Negotiating a deal in Hollywood has never been easy, but it's gotten even tougher lately for non-A-list working scribes looking to get a gig off a pitch, script sale or rewrite. Discussions I've had recently with managers, producers, agents and writers for the most part confirm a continuing trend of studios refusing to meet writers' established fees, or "quotes."
"I think there's a movement now by the studios to nullify quotes," says one writer with projects at almost all the major studios, who requested anonymity so as not to publicly tip his hand about negotiating tactics. "So there's a real push by the agencies to keep that line."
No one I spoke with believes that the studios' more miserly stance is direct retaliation for the Writers Guild's recent 100-day strike, though indirectly the four-month work stoppage likely brought any wastefulness with script development into sharper relief for the majors. In that sense, the writers may have inadvertently undercut their own livelihoods.
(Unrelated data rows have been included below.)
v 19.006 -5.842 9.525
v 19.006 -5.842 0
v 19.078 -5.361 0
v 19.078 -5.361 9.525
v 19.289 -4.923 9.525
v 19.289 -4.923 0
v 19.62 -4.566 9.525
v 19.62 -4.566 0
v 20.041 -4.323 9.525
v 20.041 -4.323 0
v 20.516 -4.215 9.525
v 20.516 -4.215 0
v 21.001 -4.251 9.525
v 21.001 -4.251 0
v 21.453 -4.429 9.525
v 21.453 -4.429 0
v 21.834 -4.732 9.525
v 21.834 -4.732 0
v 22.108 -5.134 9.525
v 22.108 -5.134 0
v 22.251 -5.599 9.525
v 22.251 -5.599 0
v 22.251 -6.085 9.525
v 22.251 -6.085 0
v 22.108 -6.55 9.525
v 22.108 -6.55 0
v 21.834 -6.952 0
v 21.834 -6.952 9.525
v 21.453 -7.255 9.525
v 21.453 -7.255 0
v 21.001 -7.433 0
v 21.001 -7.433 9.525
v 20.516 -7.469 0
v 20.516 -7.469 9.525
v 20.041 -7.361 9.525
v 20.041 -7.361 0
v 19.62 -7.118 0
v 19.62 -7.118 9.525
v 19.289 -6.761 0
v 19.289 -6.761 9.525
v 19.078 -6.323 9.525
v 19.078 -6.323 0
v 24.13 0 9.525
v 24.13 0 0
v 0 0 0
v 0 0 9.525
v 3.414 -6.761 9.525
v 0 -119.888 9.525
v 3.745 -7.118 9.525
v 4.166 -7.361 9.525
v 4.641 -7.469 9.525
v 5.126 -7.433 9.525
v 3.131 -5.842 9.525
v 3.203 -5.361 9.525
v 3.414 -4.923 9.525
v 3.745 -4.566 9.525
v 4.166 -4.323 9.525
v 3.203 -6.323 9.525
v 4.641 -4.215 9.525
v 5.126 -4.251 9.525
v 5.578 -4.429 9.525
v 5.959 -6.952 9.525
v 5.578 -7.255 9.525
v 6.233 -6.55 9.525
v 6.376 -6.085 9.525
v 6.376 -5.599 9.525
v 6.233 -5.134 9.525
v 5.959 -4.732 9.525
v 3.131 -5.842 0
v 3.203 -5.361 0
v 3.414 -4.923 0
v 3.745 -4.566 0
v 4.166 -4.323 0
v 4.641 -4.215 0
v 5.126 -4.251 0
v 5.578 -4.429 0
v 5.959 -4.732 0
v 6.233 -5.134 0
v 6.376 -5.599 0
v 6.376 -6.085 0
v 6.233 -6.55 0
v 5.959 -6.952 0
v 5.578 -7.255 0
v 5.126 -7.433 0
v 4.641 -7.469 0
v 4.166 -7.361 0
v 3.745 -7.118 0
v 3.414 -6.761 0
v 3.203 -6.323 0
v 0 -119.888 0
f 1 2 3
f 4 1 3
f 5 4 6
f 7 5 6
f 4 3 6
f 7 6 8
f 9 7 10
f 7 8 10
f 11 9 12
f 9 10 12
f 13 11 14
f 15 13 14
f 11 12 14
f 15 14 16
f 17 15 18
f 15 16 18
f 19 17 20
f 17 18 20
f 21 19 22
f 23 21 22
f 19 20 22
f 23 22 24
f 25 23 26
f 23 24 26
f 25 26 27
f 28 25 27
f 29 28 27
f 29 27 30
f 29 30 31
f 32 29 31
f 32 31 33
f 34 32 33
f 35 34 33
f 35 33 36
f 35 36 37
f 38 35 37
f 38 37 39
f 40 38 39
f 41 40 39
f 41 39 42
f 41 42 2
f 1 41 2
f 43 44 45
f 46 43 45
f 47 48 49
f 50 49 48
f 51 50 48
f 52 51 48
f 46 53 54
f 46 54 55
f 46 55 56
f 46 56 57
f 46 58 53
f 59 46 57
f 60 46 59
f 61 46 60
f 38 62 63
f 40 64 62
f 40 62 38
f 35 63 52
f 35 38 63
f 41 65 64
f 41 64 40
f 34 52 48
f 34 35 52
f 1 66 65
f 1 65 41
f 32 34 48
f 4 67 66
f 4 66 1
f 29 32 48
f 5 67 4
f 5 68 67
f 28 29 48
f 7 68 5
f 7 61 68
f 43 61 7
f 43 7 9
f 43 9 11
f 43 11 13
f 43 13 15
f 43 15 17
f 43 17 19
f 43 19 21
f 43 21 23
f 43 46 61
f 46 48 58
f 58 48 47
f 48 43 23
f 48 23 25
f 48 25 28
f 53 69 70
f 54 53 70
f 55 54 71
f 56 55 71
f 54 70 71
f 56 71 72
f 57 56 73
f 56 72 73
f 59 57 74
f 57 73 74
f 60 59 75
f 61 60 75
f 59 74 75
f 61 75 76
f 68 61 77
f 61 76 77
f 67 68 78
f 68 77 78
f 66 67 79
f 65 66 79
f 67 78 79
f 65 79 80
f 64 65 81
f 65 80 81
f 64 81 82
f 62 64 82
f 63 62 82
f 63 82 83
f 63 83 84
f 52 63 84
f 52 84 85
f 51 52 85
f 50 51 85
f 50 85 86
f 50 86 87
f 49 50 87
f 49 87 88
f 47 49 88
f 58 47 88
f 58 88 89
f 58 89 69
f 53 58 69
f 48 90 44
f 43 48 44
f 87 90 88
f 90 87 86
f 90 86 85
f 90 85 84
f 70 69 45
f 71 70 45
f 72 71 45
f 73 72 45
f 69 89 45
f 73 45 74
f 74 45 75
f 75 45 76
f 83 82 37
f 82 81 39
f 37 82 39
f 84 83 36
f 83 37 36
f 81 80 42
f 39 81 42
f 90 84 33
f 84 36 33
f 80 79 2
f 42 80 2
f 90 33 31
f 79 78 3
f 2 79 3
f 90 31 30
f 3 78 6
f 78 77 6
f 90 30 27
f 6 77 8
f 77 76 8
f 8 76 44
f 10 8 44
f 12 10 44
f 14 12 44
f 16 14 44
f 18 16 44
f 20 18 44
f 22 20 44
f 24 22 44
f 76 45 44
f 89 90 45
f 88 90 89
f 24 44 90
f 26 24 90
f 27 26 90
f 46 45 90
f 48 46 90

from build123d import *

# Parameters (mm, degrees)
BOSS_EXTRUDE1_DEPTH   = 9.525
F_4_CLEARANCE_HOLE1_D = 3.2639


with BuildPart() as part:
    # Sketch1 → Boss-Extrude1 (new body)
    with BuildSketch(Plane.XY):
        Polygon((0, 0), (0, -119.888), (24.13, 0), align=None)
    extrude(amount=BOSS_EXTRUDE1_DEPTH)

    # #4 Clearance Hole1 (through all)
    with Locations(Plane.XY.offset(9.525)):
        with Locations((20.6375, -5.842), (4.7625, -5.842)):
            Hole(F_4_CLEARANCE_HOLE1_D / 2)


solid = part.part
But most see the current tone as merely a continuing trend attributable to the shifting economics of the business. It is causing studios like Disney and Universal (Fox is constitutionally curmudgeonly) to squeeze the salaries not just of writers, but of actors and directors too, though not as harshly.
With shrinking slates and an unresolved Screen Actors Guild contract negotiation making greenlighters gun-shy, there are fewer active projects looking for actors and directors, so the studios can afford to be more hard-line in their negotiations. (This instability in the film market is also one of the reasons so many actors, directors, writers and agents are currently playing musical chairs with the agencies.)
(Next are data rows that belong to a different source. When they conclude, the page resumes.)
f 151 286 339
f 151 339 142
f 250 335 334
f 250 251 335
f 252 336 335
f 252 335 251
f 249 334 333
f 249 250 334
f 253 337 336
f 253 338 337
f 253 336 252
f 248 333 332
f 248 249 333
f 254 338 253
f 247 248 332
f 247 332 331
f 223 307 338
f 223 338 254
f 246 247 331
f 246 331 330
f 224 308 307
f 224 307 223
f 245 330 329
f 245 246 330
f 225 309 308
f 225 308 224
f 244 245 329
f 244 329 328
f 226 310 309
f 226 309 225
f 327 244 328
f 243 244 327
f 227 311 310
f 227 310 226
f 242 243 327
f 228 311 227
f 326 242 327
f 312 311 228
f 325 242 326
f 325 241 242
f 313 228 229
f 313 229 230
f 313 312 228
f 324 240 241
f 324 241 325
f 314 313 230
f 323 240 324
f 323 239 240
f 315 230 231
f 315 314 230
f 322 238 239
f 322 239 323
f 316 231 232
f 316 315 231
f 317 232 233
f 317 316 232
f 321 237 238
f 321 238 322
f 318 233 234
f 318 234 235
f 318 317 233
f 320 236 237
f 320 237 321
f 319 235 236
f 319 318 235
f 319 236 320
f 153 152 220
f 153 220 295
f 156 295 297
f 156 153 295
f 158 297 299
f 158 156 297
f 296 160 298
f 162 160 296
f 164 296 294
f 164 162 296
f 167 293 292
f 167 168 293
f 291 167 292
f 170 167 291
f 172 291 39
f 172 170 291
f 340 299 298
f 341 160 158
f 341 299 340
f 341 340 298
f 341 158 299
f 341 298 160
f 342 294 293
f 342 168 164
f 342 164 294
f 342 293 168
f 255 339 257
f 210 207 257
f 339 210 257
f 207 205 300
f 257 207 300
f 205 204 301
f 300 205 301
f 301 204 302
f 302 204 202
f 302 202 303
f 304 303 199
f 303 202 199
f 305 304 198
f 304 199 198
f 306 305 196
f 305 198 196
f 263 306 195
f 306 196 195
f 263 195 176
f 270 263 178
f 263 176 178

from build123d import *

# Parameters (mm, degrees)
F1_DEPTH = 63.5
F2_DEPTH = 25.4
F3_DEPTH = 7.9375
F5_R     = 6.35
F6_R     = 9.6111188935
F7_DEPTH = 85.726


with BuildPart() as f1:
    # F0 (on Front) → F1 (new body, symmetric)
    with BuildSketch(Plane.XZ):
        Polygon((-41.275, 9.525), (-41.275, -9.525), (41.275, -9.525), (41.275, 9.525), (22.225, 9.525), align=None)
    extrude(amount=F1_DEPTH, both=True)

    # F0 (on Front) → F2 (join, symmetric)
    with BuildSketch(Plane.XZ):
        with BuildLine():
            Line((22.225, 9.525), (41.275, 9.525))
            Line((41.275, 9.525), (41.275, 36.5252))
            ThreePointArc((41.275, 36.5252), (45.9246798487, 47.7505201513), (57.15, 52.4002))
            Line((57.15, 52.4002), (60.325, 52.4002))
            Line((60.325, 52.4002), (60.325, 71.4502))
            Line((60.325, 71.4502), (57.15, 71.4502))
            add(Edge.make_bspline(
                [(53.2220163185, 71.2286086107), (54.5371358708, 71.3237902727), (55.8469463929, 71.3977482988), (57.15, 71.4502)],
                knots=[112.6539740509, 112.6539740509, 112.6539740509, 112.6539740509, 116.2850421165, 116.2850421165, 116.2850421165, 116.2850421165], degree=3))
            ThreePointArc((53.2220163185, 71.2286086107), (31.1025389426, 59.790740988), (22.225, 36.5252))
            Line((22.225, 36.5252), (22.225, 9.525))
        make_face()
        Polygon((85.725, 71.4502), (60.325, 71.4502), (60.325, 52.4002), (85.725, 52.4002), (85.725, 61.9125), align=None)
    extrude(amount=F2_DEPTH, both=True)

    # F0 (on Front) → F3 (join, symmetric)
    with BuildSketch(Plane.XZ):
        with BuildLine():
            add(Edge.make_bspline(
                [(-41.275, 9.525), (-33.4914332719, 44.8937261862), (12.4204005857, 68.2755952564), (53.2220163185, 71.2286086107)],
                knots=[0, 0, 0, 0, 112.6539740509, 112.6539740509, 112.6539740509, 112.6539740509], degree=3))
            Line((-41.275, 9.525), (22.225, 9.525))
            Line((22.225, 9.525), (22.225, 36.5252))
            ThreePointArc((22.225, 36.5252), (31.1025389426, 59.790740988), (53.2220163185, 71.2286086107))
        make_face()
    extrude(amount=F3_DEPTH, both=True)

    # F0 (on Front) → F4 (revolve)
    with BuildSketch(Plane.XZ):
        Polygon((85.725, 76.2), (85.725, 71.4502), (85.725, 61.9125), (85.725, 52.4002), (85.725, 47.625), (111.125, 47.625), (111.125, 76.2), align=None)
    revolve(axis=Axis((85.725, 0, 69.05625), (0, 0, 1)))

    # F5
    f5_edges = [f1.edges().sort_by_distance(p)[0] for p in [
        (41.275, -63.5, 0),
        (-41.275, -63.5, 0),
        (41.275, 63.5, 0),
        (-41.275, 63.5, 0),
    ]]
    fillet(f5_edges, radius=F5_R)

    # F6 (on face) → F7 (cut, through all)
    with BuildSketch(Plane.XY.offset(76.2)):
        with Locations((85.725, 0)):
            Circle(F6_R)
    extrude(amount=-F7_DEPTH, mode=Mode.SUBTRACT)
But the development process is the easiest area in which to pinch pennies (or pens), as one producer points out, because writers are the most vulnerable and at that stage the project is still just a "potential" movie, not an actual "go."
"They have the leverage, it's that simple," says one major agency rep, who asked for anonymity to avoid coloring ongoing client negotiations. "It's supply and demand. Right now, the supply is high, the demand is low."
All of which means that a bunch of imaginative creative artists are being forced to make highly pragmatic financial decisions -- and even back off their once-firm quotes.